Dear Human Rights and Humanitarian Policy community,
We share this message on behalf of the concentration to express our profound grief at the state sanctioned of anti-black violence sweeping the US, as well as our support of the global protest against the current explosion of police brutality. In the midst of COVID-19, we are confronted by widespread aggression and violation of fundamental human rights in the US by the police aimed at African Americans and other minorities. Human rights are universal, and everyone’s rights should be treated with respect. We call on all who control the thousands of police units around the US to direct their units to immediately cease this brutality.
We write to state that we believe in the interdependence and universality of human rights and are therefore committed to confront anti-black racism everywhere we encounter it. We admire and support the actions of the movement for black lives to push the country to confront the historical and continuous violence. We echo: Black Lives Matter.
As we collectively rise to meet the demands of holding ourselves and our communities accountable, we simultaneously push to develop policies that place minorities at the center of remedial public policies. Respecting and ensuring the human rights of discriminated minorities is long overdue, and it should urgently lead to new systems that center those people among us most systematically disenfranchised. Our roles as human rights and humanitarian scholars and practitioners is perhaps more important now than ever as we engage ourselves in advocating to reform our own community.
Following the egregious murders of George Floyd, Nina Pop, Breonna Taylor, David McAtee, Tony McDade and hundreds of others both known and unknown to us at the hands of the police, we have seen our HRHP community standing in solidarity to amplify the powerful Black Lives Matter movement. We are proud to know that you, among many others, are amplifying BLM voices across all sectors of society, condemning police brutality and violence against Black persons to the highest degree. And it is crucial that we continue to show up and find our authentic path to further remedy longstanding racial injustices.
For that reason, we won’t prolong in echoing the feelings you have likely read, listened to, experienced, and seen in many avenues of your daily life. We hope this letter will serve as a resource to those who want to thoughtfully take action and is written with an understanding that this reaches each of you in varying corners of the world in a diversity of situations. Therefore, we have attempted to compile a strategic although certainly not exhaustive “tool kit” to enable you to engage meaningfully, wherever you are, however you’re able, and in whatever form that takes.

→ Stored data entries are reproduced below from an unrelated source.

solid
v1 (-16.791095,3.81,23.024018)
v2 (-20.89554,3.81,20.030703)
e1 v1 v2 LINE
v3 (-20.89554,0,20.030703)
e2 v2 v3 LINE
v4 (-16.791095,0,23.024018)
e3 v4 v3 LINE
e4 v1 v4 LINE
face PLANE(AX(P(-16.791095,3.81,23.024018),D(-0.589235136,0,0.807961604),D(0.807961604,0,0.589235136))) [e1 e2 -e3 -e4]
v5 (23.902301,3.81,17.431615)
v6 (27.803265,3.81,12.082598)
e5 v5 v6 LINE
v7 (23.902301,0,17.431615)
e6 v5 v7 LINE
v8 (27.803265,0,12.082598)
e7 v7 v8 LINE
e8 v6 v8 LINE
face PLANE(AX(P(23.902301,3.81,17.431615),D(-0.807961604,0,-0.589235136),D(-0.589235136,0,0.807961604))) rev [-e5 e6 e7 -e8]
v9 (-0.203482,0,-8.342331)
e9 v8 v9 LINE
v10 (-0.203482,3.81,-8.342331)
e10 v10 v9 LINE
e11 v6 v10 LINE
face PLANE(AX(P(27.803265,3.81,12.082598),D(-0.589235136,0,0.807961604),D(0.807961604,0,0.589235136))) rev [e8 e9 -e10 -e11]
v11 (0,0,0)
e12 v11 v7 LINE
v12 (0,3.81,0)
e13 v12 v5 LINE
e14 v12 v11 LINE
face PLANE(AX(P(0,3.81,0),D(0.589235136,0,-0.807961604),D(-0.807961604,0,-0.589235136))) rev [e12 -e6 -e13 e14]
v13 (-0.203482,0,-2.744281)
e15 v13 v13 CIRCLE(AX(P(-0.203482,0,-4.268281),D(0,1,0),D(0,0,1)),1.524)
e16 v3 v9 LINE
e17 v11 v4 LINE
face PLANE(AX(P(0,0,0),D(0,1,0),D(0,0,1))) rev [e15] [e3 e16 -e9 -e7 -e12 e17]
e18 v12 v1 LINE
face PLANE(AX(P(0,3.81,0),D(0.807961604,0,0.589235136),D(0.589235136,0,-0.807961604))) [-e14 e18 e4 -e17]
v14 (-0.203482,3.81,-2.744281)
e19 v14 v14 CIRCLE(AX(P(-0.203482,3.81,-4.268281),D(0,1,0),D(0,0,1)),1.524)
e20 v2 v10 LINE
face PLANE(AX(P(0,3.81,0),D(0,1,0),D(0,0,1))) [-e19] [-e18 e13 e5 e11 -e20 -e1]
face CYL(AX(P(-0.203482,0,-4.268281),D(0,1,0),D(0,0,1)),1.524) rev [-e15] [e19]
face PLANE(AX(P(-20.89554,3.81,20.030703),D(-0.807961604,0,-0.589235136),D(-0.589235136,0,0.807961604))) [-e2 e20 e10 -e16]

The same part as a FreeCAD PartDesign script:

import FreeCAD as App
import Part
import Sketcher
Q = App.Units.Quantity


def add_polygon(sketch, points):
    """Adds a closed chain of lines whose ends are joined by coincident constraints."""
    first, n = sketch.GeometryCount, len(points)
    for a, b in zip(points, points[1:] + points[:1]):
        sketch.addGeometry(Part.LineSegment(App.Vector(*a, 0), App.Vector(*b, 0)), False)
    for i in range(n):
        sketch.addConstraint(Sketcher.Constraint("Coincident", first + i, 2, first + (i + 1) % n, 1))

doc = App.newDocument("Part")
body = doc.addObject("PartDesign::Body", "Body")

# Sketch on XZ plane
sketch1 = body.newObject("Sketcher::SketchObject", "Sketch")
sketch1.AttachmentSupport = (doc.getObject("XZ_Plane"), [""])
sketch1.MapMode = "FlatFace"
add_polygon(sketch1, [(-17, 23), (0, 0), (24, 17), (28, 12), (0, -8), (-21, 20)])  # lines 0-5
sketch1.addConstraint([
    Sketcher.Constraint("Coincident", 0, 2, -1, 1),
    Sketcher.Constraint("Perpendicular", 0, 1),
    Sketcher.Constraint("Perpendicular", 1, 2),
    Sketcher.Constraint("Perpendicular", 2, 3),
    Sketcher.Constraint("Perpendicular", 3, 4),
    Sketcher.Constraint("Perpendicular", 4, 5),
    Sketcher.Constraint("Distance", 5, Q("0.2 in")),
    Sketcher.Constraint("DistanceX", -1, 1, 1, 2, Q("23.902301 mm")),
    Sketcher.Constraint("DistanceY", -1, 1, 2, 2, Q("12.082598 mm")),
    Sketcher.Constraint("Distance", 1, Q("29.583462 mm")),
    Sketcher.Constraint("Distance", 4, Q("35.116811 mm")),
])
pad1 = body.newObject("PartDesign::Pad", "Pad")
pad1.Profile = sketch1
pad1.Length = Q("0.15 in")
pad1.Reversed = True

# Sketch on XZ plane
sketch2 = body.newObject("Sketcher::SketchObject", "Sketch001")
sketch2.AttachmentSupport = (doc.getObject("XZ_Plane"), [""])
sketch2.MapMode = "FlatFace"
sketch2.AttachmentOffset = App.Placement(App.Vector(0, 0, -0.15 * 25.4), App.Rotation())
sketch2.addGeometry(Part.Circle(App.Vector(-0.2, -4.3, 0), App.Vector(0, 0, 1), 1.5), False)
sketch2.addConstraint([
    Sketcher.Constraint("Diameter", 0, Q("0.12 in")),
    Sketcher.Constraint("DistanceX", 0, 3, -1, 1, Q("0.203482 mm")),
    Sketcher.Constraint("DistanceY", 0, 3, -1, 1, Q("4.268281 mm")),
])
pocket1 = body.newObject("PartDesign::Pocket", "Pocket")
pocket1.Profile = sketch2
pocket1.Type = "ThroughAll"
pocket1.Reversed = True

doc.recompute()
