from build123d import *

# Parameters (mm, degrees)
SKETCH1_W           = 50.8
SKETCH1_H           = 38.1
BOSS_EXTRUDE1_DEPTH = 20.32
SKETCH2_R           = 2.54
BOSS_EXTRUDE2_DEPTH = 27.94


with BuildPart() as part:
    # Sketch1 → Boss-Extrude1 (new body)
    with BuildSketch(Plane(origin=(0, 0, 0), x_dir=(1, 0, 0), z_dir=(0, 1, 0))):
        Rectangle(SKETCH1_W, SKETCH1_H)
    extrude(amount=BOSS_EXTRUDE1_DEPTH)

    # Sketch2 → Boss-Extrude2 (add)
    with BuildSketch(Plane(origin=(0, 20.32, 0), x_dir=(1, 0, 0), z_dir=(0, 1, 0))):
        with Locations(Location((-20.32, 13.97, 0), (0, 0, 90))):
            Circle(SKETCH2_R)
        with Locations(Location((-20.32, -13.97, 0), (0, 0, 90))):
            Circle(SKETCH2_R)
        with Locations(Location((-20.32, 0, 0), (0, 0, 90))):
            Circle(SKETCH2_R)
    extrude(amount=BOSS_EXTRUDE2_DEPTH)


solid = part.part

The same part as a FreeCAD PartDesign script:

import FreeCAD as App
import Part
import Sketcher
from FreeCAD import Vector
Q = App.Units.Quantity

doc = App.newDocument("Part")
body = doc.addObject("PartDesign::Body", "Body")

sketch1 = body.newObject("Sketcher::SketchObject", "Sketch")
sketch1.AttachmentSupport = (doc.getObject("XZ_Plane"), [""])
sketch1.MapMode = "FlatFace"
sketch1.addGeometry([
    Part.LineSegment(Vector(-25, -19, 0), Vector(-25, 19, 0)),
    Part.LineSegment(Vector(-25, 19, 0), Vector(25, 19, 0)),
    Part.LineSegment(Vector(25, 19, 0), Vector(25, -19, 0)),
    Part.LineSegment(Vector(25, -19, 0), Vector(-25, -19, 0)),
], False)
sketch1.addConstraint([
    Sketcher.Constraint("Coincident", 0, 2, 1, 1),
    Sketcher.Constraint("Coincident", 1, 2, 2, 1),
    Sketcher.Constraint("Coincident", 2, 2, 3, 1),
    Sketcher.Constraint("Coincident", 3, 2, 0, 1),
    Sketcher.Constraint("Vertical", 0),
    Sketcher.Constraint("Horizontal", 1),
    Sketcher.Constraint("Vertical", 2),
    Sketcher.Constraint("Horizontal", 3),
    Sketcher.Constraint("Symmetric", 0, 2, 2, 2, -1, 1),
    Sketcher.Constraint("DistanceX", 1, 1, 1, 2, Q("2 in")),
    Sketcher.Constraint("DistanceY", 0, 1, 0, 2, Q("1.5 in")),
])
pad1 = body.newObject("PartDesign::Pad", "Pad")
pad1.Profile = sketch1
pad1.Length = Q("0.8 in")
pad1.Reversed = True

sketch2 = body.newObject("Sketcher::SketchObject", "Sketch001")
sketch2.AttachmentSupport = (doc.getObject("XZ_Plane"), [""])
sketch2.MapMode = "FlatFace"
sketch2.AttachmentOffset = App.Placement(Vector(0, 0, -0.8 * 25.4), App.Rotation())
sketch2.addGeometry([
    Part.Circle(Vector(-20.3, -14, 0), Vector(0, 0, 1), 2.5),
    Part.Circle(Vector(-20.3, 14, 0), Vector(0, 0, 1), 2.5),
    Part.Circle(Vector(-20.3, 0, 0), Vector(0, 0, 1), 2.5),
], False)
sketch2.addConstraint([
    Sketcher.Constraint("Equal", 0, 1),
    Sketcher.Constraint("Equal", 1, 2),
    Sketcher.Constraint("Symmetric", 0, 3, 1, 3, -1),
    Sketcher.Constraint("PointOnObject", 2, 3, -1),
    Sketcher.Constraint("Vertical", 1, 3, 2, 3),
    Sketcher.Constraint("Diameter", 0, Q("0.2 in")),
    Sketcher.Constraint("DistanceX", 0, 3, -1, 1, Q("0.8 in")),
    Sketcher.Constraint("DistanceY", 0, 3, 1, 3, Q("1.1 in")),
])
pad2 = body.newObject("PartDesign::Pad", "Pad001")
pad2.Profile = sketch2
pad2.Length = Q("1.1 in")
pad2.Reversed = True

doc.recompute()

Below, please find resources for donations and other forms of action, as well as tools to cope, heal and find community, especially if you are in any way personally affected by police brutality and structural anti-black violence.
Finally, we want to stress that we are always here to listen and provide support to our students, both current and graduated. As ever, we are open to and appreciative of student feedback on how we may improve our response and positioning regarding the support and safety of SIPA’s students who are Black, Indigenous and people of color.
We thank you, HRHP community, for your steadfast and enduring commitment to human rights, and we stand with you in forging a path ahead rooted in anti-racist actions and personal accountability.